INSTRUCTIONS FOR THE TASK:
From the entries below, return exactly the lines beginning at the one that contains "v 75 -3.033 10.704" and ending at the one that contains "v 75 -2.093 8.753", both of them included, and only those lines.

SOURCE INFORMATION:
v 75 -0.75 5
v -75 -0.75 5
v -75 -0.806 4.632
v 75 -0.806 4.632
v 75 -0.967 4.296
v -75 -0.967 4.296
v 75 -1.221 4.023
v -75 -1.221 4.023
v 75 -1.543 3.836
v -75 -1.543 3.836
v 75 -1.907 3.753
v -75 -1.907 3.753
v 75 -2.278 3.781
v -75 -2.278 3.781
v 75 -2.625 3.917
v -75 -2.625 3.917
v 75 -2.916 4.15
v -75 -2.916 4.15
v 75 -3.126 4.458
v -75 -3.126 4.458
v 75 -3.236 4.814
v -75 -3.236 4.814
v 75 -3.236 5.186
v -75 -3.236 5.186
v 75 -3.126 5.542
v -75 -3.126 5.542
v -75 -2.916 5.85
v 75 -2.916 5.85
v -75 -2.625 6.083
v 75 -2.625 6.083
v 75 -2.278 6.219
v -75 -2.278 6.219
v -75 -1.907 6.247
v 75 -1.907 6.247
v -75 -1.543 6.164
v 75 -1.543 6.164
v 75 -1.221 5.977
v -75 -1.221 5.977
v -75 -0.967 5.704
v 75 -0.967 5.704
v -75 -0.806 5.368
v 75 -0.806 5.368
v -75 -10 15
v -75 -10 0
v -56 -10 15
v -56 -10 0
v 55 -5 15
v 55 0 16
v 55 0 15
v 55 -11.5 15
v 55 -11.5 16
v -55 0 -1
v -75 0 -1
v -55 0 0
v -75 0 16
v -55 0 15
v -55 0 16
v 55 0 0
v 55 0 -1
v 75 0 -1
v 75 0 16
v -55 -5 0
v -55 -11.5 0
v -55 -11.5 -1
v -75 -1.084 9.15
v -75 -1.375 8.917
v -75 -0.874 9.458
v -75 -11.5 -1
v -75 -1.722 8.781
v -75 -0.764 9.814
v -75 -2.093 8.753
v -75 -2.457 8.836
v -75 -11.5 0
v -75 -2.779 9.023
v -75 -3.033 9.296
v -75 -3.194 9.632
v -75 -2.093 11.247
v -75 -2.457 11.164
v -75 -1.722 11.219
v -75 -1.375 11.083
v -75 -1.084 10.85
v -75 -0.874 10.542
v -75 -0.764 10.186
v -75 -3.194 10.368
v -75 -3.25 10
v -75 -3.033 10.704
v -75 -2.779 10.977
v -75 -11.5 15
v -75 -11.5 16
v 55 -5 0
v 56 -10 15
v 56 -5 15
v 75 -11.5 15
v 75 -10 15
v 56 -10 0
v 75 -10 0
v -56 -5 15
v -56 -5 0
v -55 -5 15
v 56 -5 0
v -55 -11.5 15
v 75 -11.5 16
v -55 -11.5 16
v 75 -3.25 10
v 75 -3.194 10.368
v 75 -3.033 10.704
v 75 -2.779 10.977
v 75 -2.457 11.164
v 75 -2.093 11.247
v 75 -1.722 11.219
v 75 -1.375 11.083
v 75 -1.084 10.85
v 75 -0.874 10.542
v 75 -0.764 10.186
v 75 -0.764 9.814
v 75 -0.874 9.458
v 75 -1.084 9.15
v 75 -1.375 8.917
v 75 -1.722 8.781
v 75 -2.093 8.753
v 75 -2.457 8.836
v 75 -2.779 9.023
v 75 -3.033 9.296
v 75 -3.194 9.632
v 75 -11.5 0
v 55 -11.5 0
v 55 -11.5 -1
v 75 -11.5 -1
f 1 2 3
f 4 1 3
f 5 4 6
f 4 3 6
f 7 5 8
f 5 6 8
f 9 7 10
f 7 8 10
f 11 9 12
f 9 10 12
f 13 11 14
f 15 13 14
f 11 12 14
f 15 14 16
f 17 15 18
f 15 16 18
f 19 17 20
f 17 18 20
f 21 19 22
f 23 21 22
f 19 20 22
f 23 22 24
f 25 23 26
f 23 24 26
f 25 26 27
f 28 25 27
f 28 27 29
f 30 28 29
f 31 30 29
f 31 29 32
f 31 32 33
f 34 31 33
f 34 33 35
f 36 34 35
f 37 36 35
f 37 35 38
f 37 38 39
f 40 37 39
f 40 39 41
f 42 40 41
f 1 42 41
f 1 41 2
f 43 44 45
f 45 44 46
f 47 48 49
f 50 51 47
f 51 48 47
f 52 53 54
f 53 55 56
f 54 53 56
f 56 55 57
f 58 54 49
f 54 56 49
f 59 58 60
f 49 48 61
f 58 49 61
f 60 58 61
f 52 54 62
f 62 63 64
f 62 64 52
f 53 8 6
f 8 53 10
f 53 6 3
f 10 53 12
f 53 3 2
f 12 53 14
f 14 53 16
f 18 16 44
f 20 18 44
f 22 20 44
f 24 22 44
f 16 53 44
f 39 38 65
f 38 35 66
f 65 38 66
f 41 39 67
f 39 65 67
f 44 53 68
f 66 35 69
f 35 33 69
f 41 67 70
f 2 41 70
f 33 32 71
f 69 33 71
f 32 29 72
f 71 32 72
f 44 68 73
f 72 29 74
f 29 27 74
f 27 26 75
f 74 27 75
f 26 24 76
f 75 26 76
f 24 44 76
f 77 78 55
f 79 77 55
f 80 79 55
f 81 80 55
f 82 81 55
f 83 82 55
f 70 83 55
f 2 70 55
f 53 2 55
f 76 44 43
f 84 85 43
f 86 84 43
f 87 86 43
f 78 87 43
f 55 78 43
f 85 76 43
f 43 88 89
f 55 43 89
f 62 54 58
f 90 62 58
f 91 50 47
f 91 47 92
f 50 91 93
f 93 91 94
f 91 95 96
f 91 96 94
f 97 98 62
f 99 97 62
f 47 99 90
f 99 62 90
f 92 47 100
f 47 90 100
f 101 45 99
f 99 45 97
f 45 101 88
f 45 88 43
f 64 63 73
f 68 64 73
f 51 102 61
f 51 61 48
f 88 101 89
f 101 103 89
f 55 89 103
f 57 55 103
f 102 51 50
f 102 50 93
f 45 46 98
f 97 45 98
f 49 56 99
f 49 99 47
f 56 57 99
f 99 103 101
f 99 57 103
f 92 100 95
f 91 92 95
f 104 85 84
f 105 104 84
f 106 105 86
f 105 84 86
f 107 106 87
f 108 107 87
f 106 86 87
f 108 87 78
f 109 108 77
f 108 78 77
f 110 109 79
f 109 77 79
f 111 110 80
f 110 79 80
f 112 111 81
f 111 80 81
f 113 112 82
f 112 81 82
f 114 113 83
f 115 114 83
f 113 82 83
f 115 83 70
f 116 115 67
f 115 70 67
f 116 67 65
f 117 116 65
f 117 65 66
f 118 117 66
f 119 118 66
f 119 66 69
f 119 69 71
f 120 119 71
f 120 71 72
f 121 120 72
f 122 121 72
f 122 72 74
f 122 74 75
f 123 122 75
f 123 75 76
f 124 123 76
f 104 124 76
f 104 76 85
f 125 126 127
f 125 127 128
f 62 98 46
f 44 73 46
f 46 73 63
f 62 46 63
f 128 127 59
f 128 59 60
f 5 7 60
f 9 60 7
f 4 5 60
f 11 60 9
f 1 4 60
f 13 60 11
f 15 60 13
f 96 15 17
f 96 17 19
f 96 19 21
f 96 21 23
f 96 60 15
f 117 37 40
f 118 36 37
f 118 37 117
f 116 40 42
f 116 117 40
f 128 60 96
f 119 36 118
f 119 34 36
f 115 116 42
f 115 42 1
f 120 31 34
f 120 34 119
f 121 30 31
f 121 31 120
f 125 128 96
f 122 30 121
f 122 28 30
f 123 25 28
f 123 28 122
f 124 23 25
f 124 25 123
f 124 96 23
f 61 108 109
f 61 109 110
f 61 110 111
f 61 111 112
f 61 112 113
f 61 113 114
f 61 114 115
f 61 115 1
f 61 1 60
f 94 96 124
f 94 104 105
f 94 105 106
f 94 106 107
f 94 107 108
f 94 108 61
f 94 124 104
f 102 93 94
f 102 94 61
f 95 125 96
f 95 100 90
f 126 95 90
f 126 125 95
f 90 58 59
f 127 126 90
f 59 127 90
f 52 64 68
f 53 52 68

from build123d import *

# Parameters (mm, degrees)
AUFSATZ_LINEAR_AUSTRAGEN1_DEPTH             = 15
AUFSATZ_LINEAR_AUSTRAGEN4_DEPTH             = 1.5
AUFSATZ_LINEAR_AUSTRAGEN4_DIRECTION_2_REACH = 78.164
SKIZZE6_R                                   = 1.25
SKIZZE6_W                                   = 15
SKIZZE6_H                                   = 1.5
SCHNITT_LINEAR_AUSTRAGEN1_DEPTH             = 152.28863143


with BuildPart() as part:
    # Skizze1 → Aufsatz-Linear austragen1 (new body)
    with BuildSketch(Plane.XY):
        Polygon((-74, 0), (-74, -10), (-56, -10), (-56, -5), (56, -5), (56, -10), (74, -10), (74, 0), align=None)
    extrude(amount=AUFSATZ_LINEAR_AUSTRAGEN1_DEPTH)

    # Skizze5 → Aufsatz-Linear austragen4 (add)
    with BuildSketch(Plane.XZ.offset(10)):
        Polygon((56, 0), (55, 0), (55, -1), (56, -1), (75, -1), (75, 16), (56, 16), (55, 16), (55, 15), (56, 15), (74, 15), (74, 0), align=None)
    aufsatz_linear_austragen4 = extrude(amount=AUFSATZ_LINEAR_AUSTRAGEN4_DEPTH)

    # Aufsatz-Linear austragen4 direction 2: up to this face of the body (flat: up to its plane)
    aufsatz_linear_austragen4_direction_2_end = Plane(part.part.faces().sort_by_distance((0, 0, 7.5))[0])
    # Skizze5 → Aufsatz-Linear austragen4 direction 2 (add, up to the picked face)
    with BuildSketch(Plane.XZ.offset(10), mode=Mode.PRIVATE) as aufsatz_linear_austragen4_direction_2_sk1:
        Polygon((56, 0), (55, 0), (55, -1), (56, -1), (75, -1), (75, 16), (56, 16), (55, 16), (55, 15), (56, 15), (74, 15), (74, 0), align=None)
    aufsatz_linear_austragen4_direction_2_tool1 = split(extrude(aufsatz_linear_austragen4_direction_2_sk1.sketch, amount=-AUFSATZ_LINEAR_AUSTRAGEN4_DIRECTION_2_REACH, mode=Mode.PRIVATE), bisect_by=aufsatz_linear_austragen4_direction_2_end, keep=Keep.BOTH, mode=Mode.PRIVATE)
    aufsatz_linear_austragen4_direction_2 = aufsatz_linear_austragen4_direction_2_tool1.solids().sort_by(Axis((55.5, -10, -0.262488), (0, 1, 0)))[0]
    add(aufsatz_linear_austragen4_direction_2)

    # Spiegeln1: Aufsatz-Linear austragen4, Aufsatz-Linear austragen4 direction 2 across plane
    add(aufsatz_linear_austragen4.mirror(Plane(origin=(0, 0, 0), x_dir=(0, 0, 1), z_dir=(1, 0, 0))))
    add(aufsatz_linear_austragen4_direction_2.mirror(Plane(origin=(0, 0, 0), x_dir=(0, 0, 1), z_dir=(1, 0, 0))))

    # Skizze6 → Schnitt-Linear austragen1 (cut, through all)
    with BuildSketch(Plane.ZY.offset(75)):
        with Locations(Location((10, -2, 0), (0, 0, 270))):
            Circle(SKIZZE6_R)
        with Locations(Location((5, -2, 0), (0, 0, 90))):
            Circle(SKIZZE6_R)
        with Locations((7.5, -10.75)):
            Rectangle(SKIZZE6_W, SKIZZE6_H)
    extrude(amount=-SCHNITT_LINEAR_AUSTRAGEN1_DEPTH, mode=Mode.SUBTRACT)


solid = part.part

SOLUTION FOR THIS TASK:
v 75 -3.033 10.704
v 75 -2.779 10.977
v 75 -2.457 11.164
v 75 -2.093 11.247
v 75 -1.722 11.219
v 75 -1.375 11.083
v 75 -1.084 10.85
v 75 -0.874 10.542
v 75 -0.764 10.186
v 75 -0.764 9.814
v 75 -0.874 9.458
v 75 -1.084 9.15
v 75 -1.375 8.917
v 75 -1.722 8.781
v 75 -2.093 8.753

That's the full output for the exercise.